_YOUR INSTRUCTIONS_:
From the entries below, return exactly the lines beginning at the one that contains "f 183 24 89" and ending at the one that contains "f 252 248 247", both of them included, and only those lines.

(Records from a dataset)
--
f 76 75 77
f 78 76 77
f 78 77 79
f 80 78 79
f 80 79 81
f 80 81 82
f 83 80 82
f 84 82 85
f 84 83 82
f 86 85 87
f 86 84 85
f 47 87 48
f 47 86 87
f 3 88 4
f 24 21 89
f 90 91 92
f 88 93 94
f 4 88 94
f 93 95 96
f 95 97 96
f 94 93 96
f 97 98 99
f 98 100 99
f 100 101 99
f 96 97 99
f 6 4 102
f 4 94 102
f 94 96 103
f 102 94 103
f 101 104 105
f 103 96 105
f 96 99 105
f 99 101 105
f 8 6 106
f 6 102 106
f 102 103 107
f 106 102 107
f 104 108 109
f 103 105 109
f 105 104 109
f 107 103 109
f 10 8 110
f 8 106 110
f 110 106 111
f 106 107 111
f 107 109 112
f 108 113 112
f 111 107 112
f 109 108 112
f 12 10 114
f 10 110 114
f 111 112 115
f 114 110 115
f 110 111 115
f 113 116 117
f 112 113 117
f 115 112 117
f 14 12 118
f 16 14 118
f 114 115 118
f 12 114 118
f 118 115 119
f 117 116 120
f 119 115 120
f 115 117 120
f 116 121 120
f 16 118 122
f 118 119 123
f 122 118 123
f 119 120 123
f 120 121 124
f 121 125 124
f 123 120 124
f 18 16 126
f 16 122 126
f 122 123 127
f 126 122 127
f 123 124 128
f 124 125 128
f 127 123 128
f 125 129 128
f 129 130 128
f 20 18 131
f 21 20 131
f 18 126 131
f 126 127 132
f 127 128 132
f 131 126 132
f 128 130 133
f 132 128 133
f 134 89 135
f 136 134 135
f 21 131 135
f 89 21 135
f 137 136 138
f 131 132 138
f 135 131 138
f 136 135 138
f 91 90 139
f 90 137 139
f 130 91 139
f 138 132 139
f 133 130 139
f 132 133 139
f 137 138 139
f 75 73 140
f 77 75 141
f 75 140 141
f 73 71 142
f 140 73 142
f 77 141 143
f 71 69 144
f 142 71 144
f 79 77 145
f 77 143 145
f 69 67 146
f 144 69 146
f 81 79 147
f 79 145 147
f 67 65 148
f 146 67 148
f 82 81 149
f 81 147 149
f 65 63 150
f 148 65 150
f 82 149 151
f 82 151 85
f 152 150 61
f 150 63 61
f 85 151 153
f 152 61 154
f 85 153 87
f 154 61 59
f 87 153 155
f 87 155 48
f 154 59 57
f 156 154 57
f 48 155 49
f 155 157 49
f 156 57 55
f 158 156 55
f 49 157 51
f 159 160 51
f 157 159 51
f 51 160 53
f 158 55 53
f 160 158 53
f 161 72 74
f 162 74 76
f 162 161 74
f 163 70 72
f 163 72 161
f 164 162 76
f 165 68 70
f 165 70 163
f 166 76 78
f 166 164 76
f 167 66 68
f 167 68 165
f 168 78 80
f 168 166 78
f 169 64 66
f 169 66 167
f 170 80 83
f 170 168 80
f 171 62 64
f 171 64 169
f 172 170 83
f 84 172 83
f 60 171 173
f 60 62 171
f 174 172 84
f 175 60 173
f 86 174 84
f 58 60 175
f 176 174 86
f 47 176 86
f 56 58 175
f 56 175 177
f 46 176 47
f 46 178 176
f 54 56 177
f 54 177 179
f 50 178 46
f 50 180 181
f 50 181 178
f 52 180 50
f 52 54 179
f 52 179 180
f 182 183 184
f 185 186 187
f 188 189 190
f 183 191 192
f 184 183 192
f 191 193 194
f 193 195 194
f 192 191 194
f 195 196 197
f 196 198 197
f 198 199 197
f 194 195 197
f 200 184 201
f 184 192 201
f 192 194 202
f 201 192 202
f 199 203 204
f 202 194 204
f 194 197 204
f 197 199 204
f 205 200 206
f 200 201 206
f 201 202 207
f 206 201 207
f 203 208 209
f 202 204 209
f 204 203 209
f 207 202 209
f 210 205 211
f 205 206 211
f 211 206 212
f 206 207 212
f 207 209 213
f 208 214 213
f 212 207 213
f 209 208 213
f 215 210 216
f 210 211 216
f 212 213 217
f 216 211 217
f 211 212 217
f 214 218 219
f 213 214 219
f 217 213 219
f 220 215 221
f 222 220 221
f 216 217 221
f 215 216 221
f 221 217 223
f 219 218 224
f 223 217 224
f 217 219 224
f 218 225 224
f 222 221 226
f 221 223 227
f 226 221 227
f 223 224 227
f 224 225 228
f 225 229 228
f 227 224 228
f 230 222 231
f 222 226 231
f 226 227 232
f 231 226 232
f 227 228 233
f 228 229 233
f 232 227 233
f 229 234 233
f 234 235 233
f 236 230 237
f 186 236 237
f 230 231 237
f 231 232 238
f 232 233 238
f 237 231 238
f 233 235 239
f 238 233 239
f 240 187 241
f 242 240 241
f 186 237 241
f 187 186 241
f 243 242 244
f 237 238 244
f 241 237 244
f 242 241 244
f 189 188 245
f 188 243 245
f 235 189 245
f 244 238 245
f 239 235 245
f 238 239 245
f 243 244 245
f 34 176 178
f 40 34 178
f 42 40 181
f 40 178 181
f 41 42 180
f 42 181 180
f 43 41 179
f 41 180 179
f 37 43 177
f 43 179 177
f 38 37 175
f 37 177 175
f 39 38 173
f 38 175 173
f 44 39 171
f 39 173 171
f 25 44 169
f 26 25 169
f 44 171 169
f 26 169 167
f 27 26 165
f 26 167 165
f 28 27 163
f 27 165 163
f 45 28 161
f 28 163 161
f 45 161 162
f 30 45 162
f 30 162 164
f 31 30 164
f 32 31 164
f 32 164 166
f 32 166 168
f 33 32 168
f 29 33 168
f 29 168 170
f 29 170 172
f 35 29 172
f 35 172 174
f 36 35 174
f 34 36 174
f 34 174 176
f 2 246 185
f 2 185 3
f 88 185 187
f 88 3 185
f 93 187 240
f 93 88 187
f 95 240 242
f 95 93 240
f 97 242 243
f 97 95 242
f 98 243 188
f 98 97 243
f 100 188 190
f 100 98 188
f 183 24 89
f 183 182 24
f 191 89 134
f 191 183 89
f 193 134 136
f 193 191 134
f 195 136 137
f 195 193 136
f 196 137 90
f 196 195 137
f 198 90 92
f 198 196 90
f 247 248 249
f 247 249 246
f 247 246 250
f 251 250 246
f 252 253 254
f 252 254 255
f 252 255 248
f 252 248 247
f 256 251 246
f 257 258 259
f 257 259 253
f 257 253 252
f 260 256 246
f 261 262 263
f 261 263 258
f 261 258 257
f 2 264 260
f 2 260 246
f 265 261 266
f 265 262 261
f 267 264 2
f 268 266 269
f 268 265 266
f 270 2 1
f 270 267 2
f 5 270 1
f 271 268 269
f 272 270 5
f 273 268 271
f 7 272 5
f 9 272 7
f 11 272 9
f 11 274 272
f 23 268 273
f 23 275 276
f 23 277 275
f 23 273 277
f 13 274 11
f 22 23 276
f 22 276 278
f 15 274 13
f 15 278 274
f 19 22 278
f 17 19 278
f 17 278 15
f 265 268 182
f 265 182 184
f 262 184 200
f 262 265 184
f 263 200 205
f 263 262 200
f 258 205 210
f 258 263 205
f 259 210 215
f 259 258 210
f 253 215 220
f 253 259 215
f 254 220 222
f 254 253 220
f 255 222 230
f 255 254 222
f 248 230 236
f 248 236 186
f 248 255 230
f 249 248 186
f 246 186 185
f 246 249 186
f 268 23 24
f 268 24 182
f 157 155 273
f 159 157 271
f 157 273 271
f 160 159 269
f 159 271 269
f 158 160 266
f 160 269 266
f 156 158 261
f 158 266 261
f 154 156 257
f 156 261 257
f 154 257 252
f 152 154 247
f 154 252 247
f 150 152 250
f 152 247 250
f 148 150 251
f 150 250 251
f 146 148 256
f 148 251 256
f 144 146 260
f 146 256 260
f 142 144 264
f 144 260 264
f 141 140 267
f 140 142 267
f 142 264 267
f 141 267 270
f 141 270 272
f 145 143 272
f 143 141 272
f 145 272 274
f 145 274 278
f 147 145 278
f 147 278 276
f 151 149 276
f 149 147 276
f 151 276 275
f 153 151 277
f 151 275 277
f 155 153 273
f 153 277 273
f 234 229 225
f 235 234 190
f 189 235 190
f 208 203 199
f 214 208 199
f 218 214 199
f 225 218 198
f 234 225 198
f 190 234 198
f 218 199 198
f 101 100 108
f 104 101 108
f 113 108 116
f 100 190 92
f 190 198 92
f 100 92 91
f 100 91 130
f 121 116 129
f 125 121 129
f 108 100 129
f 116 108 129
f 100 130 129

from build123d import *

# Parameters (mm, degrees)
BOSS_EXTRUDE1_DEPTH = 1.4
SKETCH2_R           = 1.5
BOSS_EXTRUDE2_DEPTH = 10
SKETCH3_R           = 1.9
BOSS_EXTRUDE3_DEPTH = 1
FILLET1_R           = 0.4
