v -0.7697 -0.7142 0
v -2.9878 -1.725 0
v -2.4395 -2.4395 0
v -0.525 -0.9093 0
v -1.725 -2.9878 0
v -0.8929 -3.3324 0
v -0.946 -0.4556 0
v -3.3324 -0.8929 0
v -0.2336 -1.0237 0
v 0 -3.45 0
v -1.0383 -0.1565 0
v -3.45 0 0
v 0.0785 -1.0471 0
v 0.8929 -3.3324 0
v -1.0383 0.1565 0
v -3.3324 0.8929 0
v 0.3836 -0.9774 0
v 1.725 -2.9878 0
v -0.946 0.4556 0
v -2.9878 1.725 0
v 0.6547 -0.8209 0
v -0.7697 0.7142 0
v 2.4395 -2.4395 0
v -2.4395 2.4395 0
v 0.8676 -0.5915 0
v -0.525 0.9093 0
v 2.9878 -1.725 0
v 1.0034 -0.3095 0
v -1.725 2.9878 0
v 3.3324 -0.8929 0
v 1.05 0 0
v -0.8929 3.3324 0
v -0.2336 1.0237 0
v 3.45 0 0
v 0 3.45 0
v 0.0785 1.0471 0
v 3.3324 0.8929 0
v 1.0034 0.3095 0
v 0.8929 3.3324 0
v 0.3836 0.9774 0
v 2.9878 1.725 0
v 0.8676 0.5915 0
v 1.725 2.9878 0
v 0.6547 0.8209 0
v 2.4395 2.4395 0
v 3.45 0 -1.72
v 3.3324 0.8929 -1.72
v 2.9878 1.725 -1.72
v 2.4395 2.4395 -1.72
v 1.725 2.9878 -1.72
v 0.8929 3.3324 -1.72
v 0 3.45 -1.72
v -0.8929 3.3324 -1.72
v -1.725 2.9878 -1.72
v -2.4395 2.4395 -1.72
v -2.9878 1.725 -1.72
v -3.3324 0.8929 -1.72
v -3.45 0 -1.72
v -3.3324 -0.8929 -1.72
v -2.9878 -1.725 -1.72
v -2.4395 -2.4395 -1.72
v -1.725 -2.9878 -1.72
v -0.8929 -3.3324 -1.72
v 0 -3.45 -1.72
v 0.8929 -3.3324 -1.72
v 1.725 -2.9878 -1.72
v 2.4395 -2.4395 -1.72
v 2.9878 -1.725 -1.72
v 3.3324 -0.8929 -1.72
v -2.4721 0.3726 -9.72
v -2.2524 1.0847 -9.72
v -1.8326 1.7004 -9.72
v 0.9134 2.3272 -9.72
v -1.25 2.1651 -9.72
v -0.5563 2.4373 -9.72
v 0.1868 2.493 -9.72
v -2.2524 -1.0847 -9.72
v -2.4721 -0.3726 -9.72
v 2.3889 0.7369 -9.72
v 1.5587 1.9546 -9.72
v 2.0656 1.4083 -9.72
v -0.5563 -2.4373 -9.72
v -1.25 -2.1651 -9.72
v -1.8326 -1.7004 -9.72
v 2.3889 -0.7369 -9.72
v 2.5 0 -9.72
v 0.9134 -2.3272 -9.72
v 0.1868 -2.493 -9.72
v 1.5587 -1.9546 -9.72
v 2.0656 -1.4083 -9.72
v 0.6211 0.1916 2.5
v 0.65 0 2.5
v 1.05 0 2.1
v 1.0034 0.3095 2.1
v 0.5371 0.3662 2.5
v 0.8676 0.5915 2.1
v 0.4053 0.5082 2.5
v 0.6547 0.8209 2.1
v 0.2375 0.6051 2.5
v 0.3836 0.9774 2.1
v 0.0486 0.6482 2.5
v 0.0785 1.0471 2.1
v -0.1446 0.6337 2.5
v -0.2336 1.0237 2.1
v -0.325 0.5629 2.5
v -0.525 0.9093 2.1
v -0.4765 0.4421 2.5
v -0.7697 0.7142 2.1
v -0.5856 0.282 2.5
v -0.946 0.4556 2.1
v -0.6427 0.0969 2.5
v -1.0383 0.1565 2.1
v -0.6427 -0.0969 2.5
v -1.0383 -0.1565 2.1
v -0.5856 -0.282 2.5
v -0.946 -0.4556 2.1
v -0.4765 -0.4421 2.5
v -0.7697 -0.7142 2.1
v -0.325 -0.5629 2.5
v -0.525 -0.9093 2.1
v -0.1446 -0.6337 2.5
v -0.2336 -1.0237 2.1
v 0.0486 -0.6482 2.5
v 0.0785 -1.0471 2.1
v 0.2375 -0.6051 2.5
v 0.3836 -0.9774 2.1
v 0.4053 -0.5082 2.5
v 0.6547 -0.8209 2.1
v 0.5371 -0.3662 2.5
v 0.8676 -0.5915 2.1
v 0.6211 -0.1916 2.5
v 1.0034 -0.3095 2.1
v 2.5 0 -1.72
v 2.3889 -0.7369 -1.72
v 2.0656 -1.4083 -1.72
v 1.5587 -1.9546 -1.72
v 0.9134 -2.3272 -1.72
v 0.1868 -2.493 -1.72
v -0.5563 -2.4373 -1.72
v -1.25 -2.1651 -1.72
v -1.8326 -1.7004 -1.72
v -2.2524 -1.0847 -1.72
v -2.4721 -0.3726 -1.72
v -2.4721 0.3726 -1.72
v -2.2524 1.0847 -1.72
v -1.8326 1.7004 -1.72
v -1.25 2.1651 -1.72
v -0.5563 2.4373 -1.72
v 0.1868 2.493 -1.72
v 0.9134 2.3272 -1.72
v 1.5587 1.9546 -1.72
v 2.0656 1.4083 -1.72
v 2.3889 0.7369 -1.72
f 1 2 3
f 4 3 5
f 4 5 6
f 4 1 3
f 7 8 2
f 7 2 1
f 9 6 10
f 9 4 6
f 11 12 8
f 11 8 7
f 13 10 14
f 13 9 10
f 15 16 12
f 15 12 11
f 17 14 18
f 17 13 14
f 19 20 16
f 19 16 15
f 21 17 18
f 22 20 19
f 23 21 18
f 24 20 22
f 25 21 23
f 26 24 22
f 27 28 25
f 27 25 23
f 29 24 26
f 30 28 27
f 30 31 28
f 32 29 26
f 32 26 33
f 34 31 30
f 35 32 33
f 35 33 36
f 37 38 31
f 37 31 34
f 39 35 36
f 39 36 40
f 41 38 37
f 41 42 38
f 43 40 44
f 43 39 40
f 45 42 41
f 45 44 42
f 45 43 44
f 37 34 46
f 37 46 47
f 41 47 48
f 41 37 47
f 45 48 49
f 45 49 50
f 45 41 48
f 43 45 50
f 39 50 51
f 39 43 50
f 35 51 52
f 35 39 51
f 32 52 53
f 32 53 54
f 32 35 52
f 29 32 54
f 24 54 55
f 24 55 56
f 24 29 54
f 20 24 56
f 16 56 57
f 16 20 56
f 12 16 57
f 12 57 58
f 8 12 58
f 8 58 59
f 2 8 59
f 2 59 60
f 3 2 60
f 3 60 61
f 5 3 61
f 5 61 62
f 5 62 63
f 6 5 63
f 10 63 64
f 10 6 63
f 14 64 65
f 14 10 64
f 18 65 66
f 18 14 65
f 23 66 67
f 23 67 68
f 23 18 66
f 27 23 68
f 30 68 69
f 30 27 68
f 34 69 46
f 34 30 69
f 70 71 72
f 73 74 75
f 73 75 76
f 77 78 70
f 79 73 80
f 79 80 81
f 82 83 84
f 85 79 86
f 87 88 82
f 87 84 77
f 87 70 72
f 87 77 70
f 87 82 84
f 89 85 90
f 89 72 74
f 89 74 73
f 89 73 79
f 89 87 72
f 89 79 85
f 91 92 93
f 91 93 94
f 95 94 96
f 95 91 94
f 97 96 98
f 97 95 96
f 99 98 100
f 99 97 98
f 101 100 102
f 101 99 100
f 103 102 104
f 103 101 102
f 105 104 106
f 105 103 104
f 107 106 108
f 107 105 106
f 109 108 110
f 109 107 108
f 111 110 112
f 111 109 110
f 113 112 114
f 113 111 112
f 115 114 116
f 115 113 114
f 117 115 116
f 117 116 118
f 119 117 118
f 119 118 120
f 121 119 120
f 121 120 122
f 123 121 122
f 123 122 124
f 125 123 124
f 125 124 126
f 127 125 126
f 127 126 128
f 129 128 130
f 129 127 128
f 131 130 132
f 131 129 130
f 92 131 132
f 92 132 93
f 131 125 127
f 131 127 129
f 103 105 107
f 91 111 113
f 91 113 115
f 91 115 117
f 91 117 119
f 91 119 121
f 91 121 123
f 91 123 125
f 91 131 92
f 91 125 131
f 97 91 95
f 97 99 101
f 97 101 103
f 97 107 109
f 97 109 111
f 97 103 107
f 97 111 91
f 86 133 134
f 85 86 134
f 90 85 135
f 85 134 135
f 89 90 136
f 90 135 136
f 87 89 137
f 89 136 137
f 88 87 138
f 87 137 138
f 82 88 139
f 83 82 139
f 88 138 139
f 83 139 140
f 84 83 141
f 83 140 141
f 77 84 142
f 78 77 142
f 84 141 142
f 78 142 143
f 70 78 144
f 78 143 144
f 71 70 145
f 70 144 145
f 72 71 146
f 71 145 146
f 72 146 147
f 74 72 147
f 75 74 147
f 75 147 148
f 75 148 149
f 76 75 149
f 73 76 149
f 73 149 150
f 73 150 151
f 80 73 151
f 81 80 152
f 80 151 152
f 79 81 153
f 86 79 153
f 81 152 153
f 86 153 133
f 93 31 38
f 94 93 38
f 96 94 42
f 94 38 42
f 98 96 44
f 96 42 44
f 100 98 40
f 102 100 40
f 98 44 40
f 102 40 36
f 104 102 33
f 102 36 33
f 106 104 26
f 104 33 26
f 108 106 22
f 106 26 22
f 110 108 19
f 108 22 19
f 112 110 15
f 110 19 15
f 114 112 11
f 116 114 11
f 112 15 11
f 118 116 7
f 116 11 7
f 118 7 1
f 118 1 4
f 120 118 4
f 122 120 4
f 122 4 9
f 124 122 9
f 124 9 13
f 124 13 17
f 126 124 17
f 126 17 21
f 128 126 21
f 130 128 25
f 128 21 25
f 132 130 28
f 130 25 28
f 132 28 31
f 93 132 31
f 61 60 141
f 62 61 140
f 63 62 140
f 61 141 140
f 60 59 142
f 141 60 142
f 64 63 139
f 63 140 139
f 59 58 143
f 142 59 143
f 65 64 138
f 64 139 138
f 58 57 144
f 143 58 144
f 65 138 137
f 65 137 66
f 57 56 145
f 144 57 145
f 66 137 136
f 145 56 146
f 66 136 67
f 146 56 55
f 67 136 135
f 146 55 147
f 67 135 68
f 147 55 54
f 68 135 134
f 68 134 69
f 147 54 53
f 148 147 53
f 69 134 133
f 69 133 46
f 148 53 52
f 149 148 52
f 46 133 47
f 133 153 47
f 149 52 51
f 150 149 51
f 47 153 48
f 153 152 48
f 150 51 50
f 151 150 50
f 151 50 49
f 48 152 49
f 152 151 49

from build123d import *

# Parameters (mm, degrees)
SKETCH1_R           = 3.45
BOSS_EXTRUDE1_DEPTH = 1.72
SKETCH2_R           = 2.5
BOSS_EXTRUDE2_DEPTH = 8
SKETCH3_R           = 1.05
BOSS_EXTRUDE3_DEPTH = 2.5
CHAMFER1_SIZE       = 0.4


with BuildPart() as part:
    # Sketch1 → Boss-Extrude1 (new body)
    with BuildSketch(Plane.XY):
        Circle(SKETCH1_R)
    extrude(amount=-BOSS_EXTRUDE1_DEPTH)

    # Sketch2 → Boss-Extrude2 (add)
    with BuildSketch(Plane(origin=(0, 0, -1.72), x_dir=(-1, 0, 0), z_dir=(0, 0, -1))):
        with Locations(Location((0, 0, 0), (0, 0, 180))):
            Circle(SKETCH2_R)
    extrude(amount=BOSS_EXTRUDE2_DEPTH)

    # Sketch3 → Boss-Extrude3 (add)
    with BuildSketch(Plane.XY):
        Circle(SKETCH3_R)
    extrude(amount=BOSS_EXTRUDE3_DEPTH)

    # Chamfer1
    chamfer1_edges = [part.edges().sort_by_distance(p)[0] for p in [
        (-1.05, 0, 2.5),
    ]]
    chamfer(chamfer1_edges, length=CHAMFER1_SIZE)


solid = part.part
--
_SOLUTION_:
f 183 24 89
f 183 182 24
f 191 89 134
f 191 183 89
f 193 134 136
f 193 191 134
f 195 136 137
f 195 193 136
f 196 137 90
f 196 195 137
f 198 90 92
f 198 196 90
f 247 248 249
f 247 249 246
f 247 246 250
f 251 250 246
f 252 253 254
f 252 254 255
f 252 255 248
f 252 248 247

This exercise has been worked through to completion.